◆ **Given data**:
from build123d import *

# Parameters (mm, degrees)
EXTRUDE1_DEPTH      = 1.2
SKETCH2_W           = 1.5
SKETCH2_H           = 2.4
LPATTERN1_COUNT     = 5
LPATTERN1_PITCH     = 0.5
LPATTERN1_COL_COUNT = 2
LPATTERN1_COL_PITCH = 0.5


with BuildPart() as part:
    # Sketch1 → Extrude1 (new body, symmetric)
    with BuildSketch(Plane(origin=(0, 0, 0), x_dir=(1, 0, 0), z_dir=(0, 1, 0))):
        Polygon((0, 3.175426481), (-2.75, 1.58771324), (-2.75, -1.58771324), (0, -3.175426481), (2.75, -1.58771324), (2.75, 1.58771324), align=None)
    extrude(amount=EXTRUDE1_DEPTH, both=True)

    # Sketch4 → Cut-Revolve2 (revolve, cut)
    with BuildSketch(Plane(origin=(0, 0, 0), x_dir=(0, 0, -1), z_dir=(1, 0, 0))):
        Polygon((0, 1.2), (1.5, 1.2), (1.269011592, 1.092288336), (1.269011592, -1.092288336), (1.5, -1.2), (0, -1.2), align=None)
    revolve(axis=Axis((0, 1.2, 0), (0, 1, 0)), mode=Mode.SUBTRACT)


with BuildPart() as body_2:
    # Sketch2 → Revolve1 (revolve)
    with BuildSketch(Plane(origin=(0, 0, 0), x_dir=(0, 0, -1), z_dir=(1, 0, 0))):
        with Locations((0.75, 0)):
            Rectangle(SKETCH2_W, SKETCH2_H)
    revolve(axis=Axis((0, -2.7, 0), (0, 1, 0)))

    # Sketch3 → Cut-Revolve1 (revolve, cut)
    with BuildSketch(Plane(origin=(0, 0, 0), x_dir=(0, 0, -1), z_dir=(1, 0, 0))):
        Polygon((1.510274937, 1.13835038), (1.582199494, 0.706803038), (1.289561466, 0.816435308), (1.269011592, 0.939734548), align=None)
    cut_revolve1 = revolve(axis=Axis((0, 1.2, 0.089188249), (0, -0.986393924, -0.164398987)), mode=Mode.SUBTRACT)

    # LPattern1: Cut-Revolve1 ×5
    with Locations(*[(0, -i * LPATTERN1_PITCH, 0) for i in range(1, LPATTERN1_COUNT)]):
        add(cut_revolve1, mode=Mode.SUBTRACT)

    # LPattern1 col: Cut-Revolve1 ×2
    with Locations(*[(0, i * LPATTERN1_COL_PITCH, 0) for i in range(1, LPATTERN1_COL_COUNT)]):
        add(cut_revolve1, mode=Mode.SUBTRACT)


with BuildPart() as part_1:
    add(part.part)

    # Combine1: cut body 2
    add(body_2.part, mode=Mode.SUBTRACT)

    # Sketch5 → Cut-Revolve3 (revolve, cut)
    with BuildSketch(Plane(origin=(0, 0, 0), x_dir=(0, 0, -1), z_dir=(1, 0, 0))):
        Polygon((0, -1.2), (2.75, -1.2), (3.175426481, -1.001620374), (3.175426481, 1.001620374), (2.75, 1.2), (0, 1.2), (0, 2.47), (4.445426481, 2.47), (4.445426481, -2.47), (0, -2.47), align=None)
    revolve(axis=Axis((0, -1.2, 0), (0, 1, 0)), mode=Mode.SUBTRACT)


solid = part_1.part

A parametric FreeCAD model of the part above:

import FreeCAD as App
import Part
import Sketcher

V = App.Vector
Q = App.Units.Quantity

doc = App.newDocument("Part")
body = doc.addObject("PartDesign::Body", "Body")

sketch1 = body.newObject("Sketcher::SketchObject", "Sketch")
sketch1.AttachmentSupport = (doc.getObject("XZ_Plane"), [""])
sketch1.MapMode = "FlatFace"
sketch1.addGeometry(Part.LineSegment(V(0, -3.175426, 0), V(-2.75, -1.587713, 0)), False)
sketch1.addGeometry(Part.LineSegment(V(-2.75, -1.587713, 0), V(-2.75, 1.587713, 0)), False)
sketch1.addGeometry(Part.LineSegment(V(-2.75, 1.587713, 0), V(0, 3.175426, 0)), False)
sketch1.addGeometry(Part.LineSegment(V(0, 3.175426, 0), V(2.75, 1.587713, 0)), False)
sketch1.addGeometry(Part.LineSegment(V(2.75, 1.587713, 0), V(2.75, -1.587713, 0)), False)
sketch1.addGeometry(Part.LineSegment(V(2.75, -1.587713, 0), V(0, -3.175426, 0)), False)
sketch1.addConstraint(Sketcher.Constraint("Coincident", 0, 2, 1, 1))
sketch1.addConstraint(Sketcher.Constraint("Coincident", 1, 2, 2, 1))
sketch1.addConstraint(Sketcher.Constraint("Coincident", 2, 2, 3, 1))
sketch1.addConstraint(Sketcher.Constraint("Coincident", 3, 2, 4, 1))
sketch1.addConstraint(Sketcher.Constraint("Coincident", 4, 2, 5, 1))
sketch1.addConstraint(Sketcher.Constraint("Coincident", 5, 2, 0, 1))
sketch1.addConstraint(Sketcher.Constraint("Vertical", 1))
sketch1.addConstraint(Sketcher.Constraint("Vertical", 4))
sketch1.addConstraint(Sketcher.Constraint("Symmetric", 0, 2, 3, 2, -1, 1))
sketch1.addConstraint(Sketcher.Constraint("Symmetric", 2, 2, 5, 2, -1, 1))
sketch1.addConstraint(Sketcher.Constraint("PointOnObject", 2, 2, -2))
sketch1.addConstraint(Sketcher.Constraint("Parallel", 2, 5))
sketch1.addConstraint(Sketcher.Constraint("Horizontal", 1, 2, 3, 2))
sketch1.addConstraint(Sketcher.Constraint("Angle", 0, Q("150 deg")))
sketch1.addConstraint(Sketcher.Constraint("DistanceX", 1, 2, 3, 2, Q("5.5 mm")))
sketch1.addConstraint(Sketcher.Constraint("DistanceY", 1, 1, 1, 2, Q("3.175426 mm")))
pad1 = body.newObject("PartDesign::Pad", "Pad")
pad1.Profile = sketch1
pad1.Length = 2.4
pad1.Midplane = True

sketch2 = body.newObject("Sketcher::SketchObject", "Sketch001")
sketch2.AttachmentSupport = (doc.getObject("YZ_Plane"), [""])
sketch2.MapMode = "FlatFace"
sketch2.addGeometry(Part.LineSegment(V(1.2, -1.5, 0), V(1.2, 0, 0)), False)
sketch2.addGeometry(Part.LineSegment(V(1.2, 0, 0), V(-1.2, 0, 0)), False)
sketch2.addGeometry(Part.LineSegment(V(-1.2, 0, 0), V(-1.2, -1.5, 0)), False)
sketch2.addGeometry(Part.LineSegment(V(-1.2, -1.5, 0), V(-1.092288, -1.269012, 0)), False)
sketch2.addGeometry(Part.LineSegment(V(-1.092288, -1.269012, 0), V(1.092288, -1.269012, 0)), False)
sketch2.addGeometry(Part.LineSegment(V(1.092288, -1.269012, 0), V(1.2, -1.5, 0)), False)
sketch2.addConstraint(Sketcher.Constraint("Coincident", 0, 2, 1, 1))
sketch2.addConstraint(Sketcher.Constraint("Coincident", 1, 2, 2, 1))
sketch2.addConstraint(Sketcher.Constraint("Coincident", 2, 2, 3, 1))
sketch2.addConstraint(Sketcher.Constraint("Coincident", 3, 2, 4, 1))
sketch2.addConstraint(Sketcher.Constraint("Coincident", 4, 2, 5, 1))
sketch2.addConstraint(Sketcher.Constraint("Coincident", 5, 2, 0, 1))
sketch2.addConstraint(Sketcher.Constraint("Vertical", 0))
sketch2.addConstraint(Sketcher.Constraint("Horizontal", 1))
sketch2.addConstraint(Sketcher.Constraint("Vertical", 2))
sketch2.addConstraint(Sketcher.Constraint("Horizontal", 4))
sketch2.addConstraint(Sketcher.Constraint("Symmetric", 0, 2, 1, 2, -1, 1))
sketch2.addConstraint(Sketcher.Constraint("Horizontal", 2, 2, 5, 2))
sketch2.addConstraint(Sketcher.Constraint("Equal", 3, 5))
sketch2.addConstraint(Sketcher.Constraint("Angle", 3, Q("65 deg")))
sketch2.addConstraint(Sketcher.Constraint("DistanceX", 1, 2, 1, 1, Q("2.4 mm")))
sketch2.addConstraint(Sketcher.Constraint("DistanceY", 0, 1, 0, 2, Q("1.5 mm")))
sketch2.addConstraint(Sketcher.Constraint("DistanceX", 4, 1, 4, 2, Q("2.184577 mm")))
groove = body.newObject("PartDesign::Groove", "Groove")
groove.Profile = sketch2
groove.ReferenceAxis = (sketch2, ["H_Axis"])
groove.Angle = 360
body2 = doc.addObject("PartDesign::Body", "Body001")

sketch3 = body2.newObject("Sketcher::SketchObject", "Sketch002")
sketch3.AttachmentSupport = (doc.getObject("YZ_Plane001"), [""])
sketch3.MapMode = "FlatFace"
sketch3.addGeometry(Part.LineSegment(V(1.2, 0, 0), V(-1.2, 0, 0)), False)
sketch3.addGeometry(Part.LineSegment(V(-1.2, 0, 0), V(-1.2, -1.5, 0)), False)
sketch3.addGeometry(Part.LineSegment(V(-1.2, -1.5, 0), V(1.2, -1.5, 0)), False)
sketch3.addGeometry(Part.LineSegment(V(1.2, -1.5, 0), V(1.2, 0, 0)), False)
sketch3.addConstraint(Sketcher.Constraint("Coincident", 0, 2, 1, 1))
sketch3.addConstraint(Sketcher.Constraint("Coincident", 1, 2, 2, 1))
sketch3.addConstraint(Sketcher.Constraint("Coincident", 2, 2, 3, 1))
sketch3.addConstraint(Sketcher.Constraint("Coincident", 3, 2, 0, 1))
sketch3.addConstraint(Sketcher.Constraint("Horizontal", 0))
sketch3.addConstraint(Sketcher.Constraint("Vertical", 1))
sketch3.addConstraint(Sketcher.Constraint("Horizontal", 2))
sketch3.addConstraint(Sketcher.Constraint("Vertical", 3))
sketch3.addConstraint(Sketcher.Constraint("Symmetric", 0, 2, 3, 2, -1, 1))
sketch3.addConstraint(Sketcher.Constraint("DistanceX", 0, 2, 0, 1, Q("2.4 mm")))
sketch3.addConstraint(Sketcher.Constraint("DistanceY", 1, 2, 1, 1, Q("1.5 mm")))
revolution = body2.newObject("PartDesign::Revolution", "Revolution")
revolution.Profile = sketch3
revolution.ReferenceAxis = (sketch3, ["H_Axis"])
revolution.Angle = 360

sketch4 = body2.newObject("Sketcher::SketchObject", "Sketch003")
sketch4.AttachmentSupport = (doc.getObject("YZ_Plane001"), [""])
sketch4.MapMode = "FlatFace"
sketch4.addGeometry(Part.LineSegment(V(0.706803, -1.582199, 0), V(1.13835, -1.510275, 0)), False)
sketch4.addGeometry(Part.LineSegment(V(1.13835, -1.510275, 0), V(0.939735, -1.269012, 0)), False)
sketch4.addGeometry(Part.LineSegment(V(0.939735, -1.269012, 0), V(0.816435, -1.289561, 0)), False)
sketch4.addGeometry(Part.LineSegment(V(0.816435, -1.289561, 0), V(0.706803, -1.582199, 0)), False)
sketch4.addGeometry(Part.LineSegment(V(0.880644, 0.035962, 0), V(0.449097, -0.035962, 0)), True)
sketch4.addConstraint(Sketcher.Constraint("Coincident", 0, 2, 1, 1))
sketch4.addConstraint(Sketcher.Constraint("Coincident", 1, 2, 2, 1))
sketch4.addConstraint(Sketcher.Constraint("Coincident", 2, 2, 3, 1))
sketch4.addConstraint(Sketcher.Constraint("Coincident", 3, 2, 0, 1))
sketch4.addConstraint(Sketcher.Constraint("Parallel", 0, 2))
sketch4.addConstraint(Sketcher.Constraint("Parallel", 2, 4))
sketch4.addConstraint(Sketcher.Constraint("Equal", 1, 3))
sketch4.addConstraint(Sketcher.Constraint("Equal", 0, 4))
sketch4.addConstraint(Sketcher.Constraint("Distance", 2, Q("0.125 mm")))
sketch4.addConstraint(Sketcher.Constraint("Distance", 0, Q("0.4375 mm")))
sketch4.addConstraint(Sketcher.Constraint("Distance", 1, Q("0.3125 mm")))
sketch4.addConstraint(Sketcher.Constraint("DistanceY", 3, 2, -1, 1, Q("1.582199 mm")))
sketch4.addConstraint(Sketcher.Constraint("DistanceX", 2, 2, 1, 2, Q("0.123299 mm")))
sketch4.addConstraint(Sketcher.Constraint("DistanceY", 2, 2, 4, 2, Q("1.253599 mm")))
sketch4.addConstraint(Sketcher.Constraint("DistanceX", -1, 1, 0, 2, Q("1.13835 mm")))
sketch4.addConstraint(Sketcher.Constraint("DistanceX", 4, 1, 1, 2, Q("0.05909 mm")))
groove2 = body2.newObject("PartDesign::Groove", "Groove001")
groove2.Profile = sketch4
groove2.ReferenceAxis = (sketch4, ["Axis0"])
groove2.Angle = 360
doc.recompute()

linearpattern = body2.newObject("PartDesign::LinearPattern", "LinearPattern")
linearpattern.Originals = [groove2]
linearpattern.Direction = (doc.getObject("Y_Axis001"), [""])
linearpattern.Mode = "offset"
linearpattern.Offset = 0.5
linearpattern.Occurrences = 5
linearpattern.Reversed = True
body2.Tip = linearpattern
doc.recompute()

◆ **Your goal**: Set down the lines of the listing above verbatim, first line through the line containing "# Sketch4 → Cut-Revolve2 (revolve, cut)", inclusive; add no other lines.

◆ **Exercise response**:
from build123d import *

# Parameters (mm, degrees)
EXTRUDE1_DEPTH      = 1.2
SKETCH2_W           = 1.5
SKETCH2_H           = 2.4
LPATTERN1_COUNT     = 5
LPATTERN1_PITCH     = 0.5
LPATTERN1_COL_COUNT = 2
LPATTERN1_COL_PITCH = 0.5


with BuildPart() as part:
    # Sketch1 → Extrude1 (new body, symmetric)
    with BuildSketch(Plane(origin=(0, 0, 0), x_dir=(1, 0, 0), z_dir=(0, 1, 0))):
        Polygon((0, 3.175426481), (-2.75, 1.58771324), (-2.75, -1.58771324), (0, -3.175426481), (2.75, -1.58771324), (2.75, 1.58771324), align=None)
    extrude(amount=EXTRUDE1_DEPTH, both=True)

    # Sketch4 → Cut-Revolve2 (revolve, cut)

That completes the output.